The data is saved in the pickle format.
Don't be worried if you don't understand this part - it's just to set you up for the main parts.
import pickle
with open('./datasets/twitter_data.pkl', 'rb') as pickled_file:
twitter_data = pickle.load(pickled_file)
Let's check how many tweets we have.
Note, that iPython automatically displays the last output in the cell,
so it is enough to write len(tweets_list)
instead of print(len(tweets_list))
len(twitter_data)
Let's see what a tweet looks like
# Each tweet is represented by a dictionary with a following fields:
twitter_data[0].keys()
# Text of the first tweet
twitter_data[0]['text']
# We can extract the text from the tweets
tweets_text = [tweet['text'] for tweet in twitter_data]

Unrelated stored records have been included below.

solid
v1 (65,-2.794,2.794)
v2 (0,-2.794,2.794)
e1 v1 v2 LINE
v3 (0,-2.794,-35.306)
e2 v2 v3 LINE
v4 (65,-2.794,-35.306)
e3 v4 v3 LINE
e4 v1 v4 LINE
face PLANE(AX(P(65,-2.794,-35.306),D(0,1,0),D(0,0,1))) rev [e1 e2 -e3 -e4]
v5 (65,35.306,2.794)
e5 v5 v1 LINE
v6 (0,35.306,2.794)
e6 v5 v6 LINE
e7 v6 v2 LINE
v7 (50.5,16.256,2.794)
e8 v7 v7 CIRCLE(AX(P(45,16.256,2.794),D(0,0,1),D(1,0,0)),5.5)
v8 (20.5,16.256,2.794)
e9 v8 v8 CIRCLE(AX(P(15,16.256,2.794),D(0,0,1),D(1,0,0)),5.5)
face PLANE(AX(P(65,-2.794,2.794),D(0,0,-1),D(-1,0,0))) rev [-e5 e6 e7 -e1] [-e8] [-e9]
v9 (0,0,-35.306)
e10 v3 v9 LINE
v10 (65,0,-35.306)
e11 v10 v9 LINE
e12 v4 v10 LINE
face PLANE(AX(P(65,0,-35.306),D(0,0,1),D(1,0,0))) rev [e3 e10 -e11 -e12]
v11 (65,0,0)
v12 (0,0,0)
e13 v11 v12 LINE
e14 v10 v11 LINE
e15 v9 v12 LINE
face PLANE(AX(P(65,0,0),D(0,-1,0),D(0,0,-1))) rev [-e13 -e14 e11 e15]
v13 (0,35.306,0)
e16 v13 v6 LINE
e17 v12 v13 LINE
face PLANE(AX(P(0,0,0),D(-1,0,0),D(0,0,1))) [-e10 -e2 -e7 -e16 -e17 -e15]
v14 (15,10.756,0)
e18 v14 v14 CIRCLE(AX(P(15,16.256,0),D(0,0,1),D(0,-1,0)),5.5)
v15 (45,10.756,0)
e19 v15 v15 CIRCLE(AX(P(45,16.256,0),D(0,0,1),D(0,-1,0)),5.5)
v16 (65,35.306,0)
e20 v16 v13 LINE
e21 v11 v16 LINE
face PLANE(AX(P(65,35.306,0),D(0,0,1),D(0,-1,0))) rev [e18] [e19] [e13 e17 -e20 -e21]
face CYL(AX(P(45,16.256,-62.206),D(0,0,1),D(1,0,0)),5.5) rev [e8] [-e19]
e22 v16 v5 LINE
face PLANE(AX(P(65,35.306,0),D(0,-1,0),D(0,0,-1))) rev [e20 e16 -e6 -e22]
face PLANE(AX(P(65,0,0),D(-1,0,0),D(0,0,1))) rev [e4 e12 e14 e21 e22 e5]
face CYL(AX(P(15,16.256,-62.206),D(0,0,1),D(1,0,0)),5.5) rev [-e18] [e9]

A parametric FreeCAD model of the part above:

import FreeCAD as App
import Part
import Sketcher
from FreeCAD import Vector
Q = App.Units.Quantity


def add_polygon(sketch, points):
    """Adds a closed chain of lines whose ends are joined by coincident constraints."""
    first, n = sketch.GeometryCount, len(points)
    for a, b in zip(points, points[1:] + points[:1]):
        sketch.addGeometry(Part.LineSegment(App.Vector(*a, 0), App.Vector(*b, 0)), False)
    for i in range(n):
        sketch.addConstraint(Sketcher.Constraint("Coincident", first + i, 2, first + (i + 1) % n, 1))

doc = App.newDocument("Part")
body = doc.addObject("PartDesign::Body", "Body")

sketch1 = body.newObject("Sketcher::SketchObject", "Sketch")
sketch1.AttachmentSupport = (doc.getObject("YZ_Plane"), [""])
sketch1.MapMode = "FlatFace"
add_polygon(sketch1, [(0, 0), (35.3, 0), (35.3, 2.8), (-2.8, 2.8), (-2.8, -35.3), (0, -35.3)])
sketch1.addConstraint([
    Sketcher.Constraint("Horizontal", 0),
    Sketcher.Constraint("Vertical", 1),
    Sketcher.Constraint("Horizontal", 2),
    Sketcher.Constraint("Vertical", 3),
    Sketcher.Constraint("Horizontal", 4),
    Sketcher.Constraint("Vertical", 5),
    Sketcher.Constraint("Coincident", 5, 2, -1, 1),
    Sketcher.Constraint("Equal", 4, 1),
    Sketcher.Constraint("Equal", 2, 3),
    Sketcher.Constraint("DistanceX", 2, 2, 2, 1, Q("1.5 in")),
    Sketcher.Constraint("DistanceX", 0, 1, 0, 2, Q("1.39 in")),
])
pad1 = body.newObject("PartDesign::Pad", "Pad")
pad1.Profile = sketch1
pad1.Length = 65

sketch2 = body.newObject("Sketcher::SketchObject", "Sketch001")
sketch2.AttachmentSupport = (doc.getObject("XY_Plane"), [""])
sketch2.MapMode = "FlatFace"
sketch2.AttachmentOffset = App.Placement(Vector(0, 0, 0.11 * 25.4), App.Rotation())
sketch2.addGeometry([
    Part.Circle(Vector(15, 16, 0), Vector(0, 0, 1), 6),
    Part.Circle(Vector(45, 16, 0), Vector(0, 0, 1), 6),
], False)
sketch2.addConstraint([
    Sketcher.Constraint("Equal", 0, 1),
    Sketcher.Constraint("Horizontal", 0, 3, 1, 3),
    Sketcher.Constraint("Diameter", 0, Q("11 mm")),
    Sketcher.Constraint("DistanceY", -1, 1, 0, 3, Q("0.64 in")),
    Sketcher.Constraint("DistanceX", -1, 1, 0, 3, Q("15 mm")),
    Sketcher.Constraint("DistanceX", -1, 1, 1, 3, Q("45 mm")),
])
pocket1 = body.newObject("PartDesign::Pocket", "Pocket")
pocket1.Profile = sketch2
pocket1.Length = 65

doc.recompute()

# To see if it works, print out the first 10 tweets
tweets_text[:10]
Let's also take a look at the number of characters in a tweets. This dataset is from before Twitter changed their character limit, so you would expect there to be mostly < 140 character tweets.
tweet_lengths = [len(text) for text in tweets_text]
# Let's print legth of the first 10 tweets
tweet_lengths[:10]
We can have better understanding of our data if we plot a histogram instead of looking at the list of numbers
import pandas as pd
# Get notebook to show graphs
%pylab inline
# Use new pretty style of plots
matplotlib.style.use('ggplot')
# Because data scientists hate charts with no labels, let's add them :D
plt.ylabel('frequency')
plt.xlabel('number of characters in tweet')
# We can transform our list of tweet lengths from list to pandas Series
# it will let us to use hist() method to create histogram
pd.Series(tweet_lengths).hist(bins=20)
# What's the average number of characters? What's the maximum or minimum?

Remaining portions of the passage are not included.